◆ Work order: Reproduce exactly, and exclusively, the lines from the line containing "f 179 177 178" through the final line of the listing below.

*** Given data Section Begins ***

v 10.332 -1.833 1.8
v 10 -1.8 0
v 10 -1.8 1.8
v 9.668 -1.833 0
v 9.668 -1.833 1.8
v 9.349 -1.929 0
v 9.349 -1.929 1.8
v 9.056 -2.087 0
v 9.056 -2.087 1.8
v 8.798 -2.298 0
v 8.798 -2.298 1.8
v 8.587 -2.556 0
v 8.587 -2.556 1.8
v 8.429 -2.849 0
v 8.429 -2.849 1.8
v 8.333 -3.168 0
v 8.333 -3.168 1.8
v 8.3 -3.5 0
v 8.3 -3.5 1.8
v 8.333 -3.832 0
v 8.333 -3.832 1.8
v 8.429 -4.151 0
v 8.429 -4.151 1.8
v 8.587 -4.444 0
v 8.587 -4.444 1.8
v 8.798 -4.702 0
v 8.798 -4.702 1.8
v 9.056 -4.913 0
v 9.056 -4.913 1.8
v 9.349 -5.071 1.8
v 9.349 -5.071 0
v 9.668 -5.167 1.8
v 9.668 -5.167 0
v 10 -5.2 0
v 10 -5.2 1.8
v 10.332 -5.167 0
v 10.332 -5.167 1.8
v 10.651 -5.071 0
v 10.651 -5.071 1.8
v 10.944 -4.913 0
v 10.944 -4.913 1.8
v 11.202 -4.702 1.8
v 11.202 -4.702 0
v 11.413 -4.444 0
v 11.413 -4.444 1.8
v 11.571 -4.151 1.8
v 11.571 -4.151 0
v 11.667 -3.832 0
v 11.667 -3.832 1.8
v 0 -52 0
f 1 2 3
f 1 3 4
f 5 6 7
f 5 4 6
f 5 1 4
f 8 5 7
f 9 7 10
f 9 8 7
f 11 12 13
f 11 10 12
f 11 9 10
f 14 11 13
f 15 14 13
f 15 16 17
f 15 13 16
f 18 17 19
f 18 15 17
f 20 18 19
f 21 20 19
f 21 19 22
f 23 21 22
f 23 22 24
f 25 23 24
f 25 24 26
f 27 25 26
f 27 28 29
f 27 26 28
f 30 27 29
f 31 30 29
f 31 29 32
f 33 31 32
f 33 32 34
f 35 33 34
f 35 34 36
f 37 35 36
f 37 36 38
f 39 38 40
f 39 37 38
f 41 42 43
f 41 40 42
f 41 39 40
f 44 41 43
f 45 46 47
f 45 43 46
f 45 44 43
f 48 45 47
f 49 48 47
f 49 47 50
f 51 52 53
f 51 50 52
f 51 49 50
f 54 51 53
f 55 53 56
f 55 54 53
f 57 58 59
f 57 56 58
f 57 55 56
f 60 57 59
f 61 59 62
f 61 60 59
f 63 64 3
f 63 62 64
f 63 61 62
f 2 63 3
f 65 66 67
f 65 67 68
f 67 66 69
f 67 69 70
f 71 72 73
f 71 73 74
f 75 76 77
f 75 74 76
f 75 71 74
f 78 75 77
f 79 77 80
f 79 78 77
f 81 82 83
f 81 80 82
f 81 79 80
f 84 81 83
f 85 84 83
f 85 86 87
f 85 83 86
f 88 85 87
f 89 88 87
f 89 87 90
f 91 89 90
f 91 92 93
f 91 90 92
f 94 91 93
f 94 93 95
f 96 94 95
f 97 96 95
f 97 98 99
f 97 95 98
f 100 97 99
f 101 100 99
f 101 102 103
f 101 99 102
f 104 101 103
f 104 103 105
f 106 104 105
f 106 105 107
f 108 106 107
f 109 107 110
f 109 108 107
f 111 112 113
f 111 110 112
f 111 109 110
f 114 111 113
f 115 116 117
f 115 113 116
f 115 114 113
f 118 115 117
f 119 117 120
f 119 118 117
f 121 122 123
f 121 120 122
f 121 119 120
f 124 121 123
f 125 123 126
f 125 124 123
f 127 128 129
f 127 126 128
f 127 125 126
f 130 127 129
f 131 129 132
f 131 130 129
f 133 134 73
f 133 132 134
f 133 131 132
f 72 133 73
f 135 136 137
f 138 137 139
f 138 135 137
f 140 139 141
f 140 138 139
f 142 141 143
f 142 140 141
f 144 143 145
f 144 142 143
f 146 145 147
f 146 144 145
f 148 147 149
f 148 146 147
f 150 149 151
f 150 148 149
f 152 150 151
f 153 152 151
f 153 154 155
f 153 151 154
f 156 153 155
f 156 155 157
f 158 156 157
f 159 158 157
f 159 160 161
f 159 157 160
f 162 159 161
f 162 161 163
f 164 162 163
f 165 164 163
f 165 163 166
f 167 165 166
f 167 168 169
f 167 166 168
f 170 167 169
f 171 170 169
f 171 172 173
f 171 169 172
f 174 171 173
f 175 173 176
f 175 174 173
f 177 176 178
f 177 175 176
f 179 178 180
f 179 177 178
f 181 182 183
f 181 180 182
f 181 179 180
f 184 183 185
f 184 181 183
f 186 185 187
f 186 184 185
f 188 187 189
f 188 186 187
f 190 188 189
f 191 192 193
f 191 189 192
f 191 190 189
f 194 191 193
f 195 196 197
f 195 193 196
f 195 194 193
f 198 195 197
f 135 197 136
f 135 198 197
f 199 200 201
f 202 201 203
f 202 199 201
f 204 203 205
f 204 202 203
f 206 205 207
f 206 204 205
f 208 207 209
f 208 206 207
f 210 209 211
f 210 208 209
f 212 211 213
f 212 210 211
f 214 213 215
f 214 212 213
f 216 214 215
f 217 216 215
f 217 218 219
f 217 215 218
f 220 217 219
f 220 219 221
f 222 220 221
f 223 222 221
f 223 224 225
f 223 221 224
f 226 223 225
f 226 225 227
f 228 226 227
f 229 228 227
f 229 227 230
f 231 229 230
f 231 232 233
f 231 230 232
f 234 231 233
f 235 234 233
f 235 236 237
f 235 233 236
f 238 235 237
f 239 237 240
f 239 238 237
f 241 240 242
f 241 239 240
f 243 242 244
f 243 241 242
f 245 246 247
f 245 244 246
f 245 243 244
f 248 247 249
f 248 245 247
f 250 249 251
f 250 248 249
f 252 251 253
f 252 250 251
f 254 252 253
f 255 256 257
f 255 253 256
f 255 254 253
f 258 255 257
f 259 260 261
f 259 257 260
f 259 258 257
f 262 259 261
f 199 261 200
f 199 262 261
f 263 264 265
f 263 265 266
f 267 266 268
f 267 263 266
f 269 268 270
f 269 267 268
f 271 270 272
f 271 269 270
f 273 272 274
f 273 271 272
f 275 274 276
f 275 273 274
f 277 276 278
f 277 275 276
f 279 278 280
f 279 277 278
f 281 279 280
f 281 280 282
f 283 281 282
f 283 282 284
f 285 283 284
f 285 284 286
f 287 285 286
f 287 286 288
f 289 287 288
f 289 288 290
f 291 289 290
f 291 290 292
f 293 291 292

*** Given data Section Ends ***

◆ Final answer:
f 179 177 178
f 181 182 183
f 181 180 182
f 181 179 180
f 184 183 185
f 184 181 183
f 186 185 187
f 186 184 185
f 188 187 189
f 188 186 187
f 190 188 189
f 191 192 193
f 191 189 192
f 191 190 189
f 194 191 193
f 195 196 197
f 195 193 196
f 195 194 193
f 198 195 197
f 135 197 136
f 135 198 197
f 199 200 201
f 202 201 203
f 202 199 201
f 204 203 205
f 204 202 203
f 206 205 207
f 206 204 205
f 208 207 209
f 208 206 207
f 210 209 211
f 210 208 209
f 212 211 213
f 212 210 211
f 214 213 215
f 214 212 213
f 216 214 215
f 217 216 215
f 217 218 219
f 217 215 218
f 220 217 219
f 220 219 221
f 222 220 221
f 223 222 221
f 223 224 225
f 223 221 224
f 226 223 225
f 226 225 227
f 228 226 227
f 229 228 227
f 229 227 230
f 231 229 230
f 231 232 233
f 231 230 232
f 234 231 233
f 235 234 233
f 235 236 237
f 235 233 236
f 238 235 237
f 239 237 240
f 239 238 237
f 241 240 242
f 241 239 240
f 243 242 244
f 243 241 242
f 245 246 247
f 245 244 246
f 245 243 244
f 248 247 249
f 248 245 247
f 250 249 251
f 250 248 249
f 252 251 253
f 252 250 251
f 254 252 253
f 255 256 257
f 255 253 256
f 255 254 253
f 258 255 257
f 259 260 261
f 259 257 260
f 259 258 257
f 262 259 261
f 199 261 200
f 199 262 261
f 263 264 265
f 263 265 266
f 267 266 268
f 267 263 266
f 269 268 270
f 269 267 268
f 271 270 272
f 271 269 270
f 273 272 274
f 273 271 272
f 275 274 276
f 275 273 274
f 277 276 278
f 277 275 276
f 279 278 280
f 279 277 278
f 281 279 280
f 281 280 282
f 283 281 282
f 283 282 284
f 285 283 284
f 285 284 286
f 287 285 286
f 287 286 288
f 289 287 288
f 289 288 290
f 291 289 290
f 291 290 292
f 293 291 292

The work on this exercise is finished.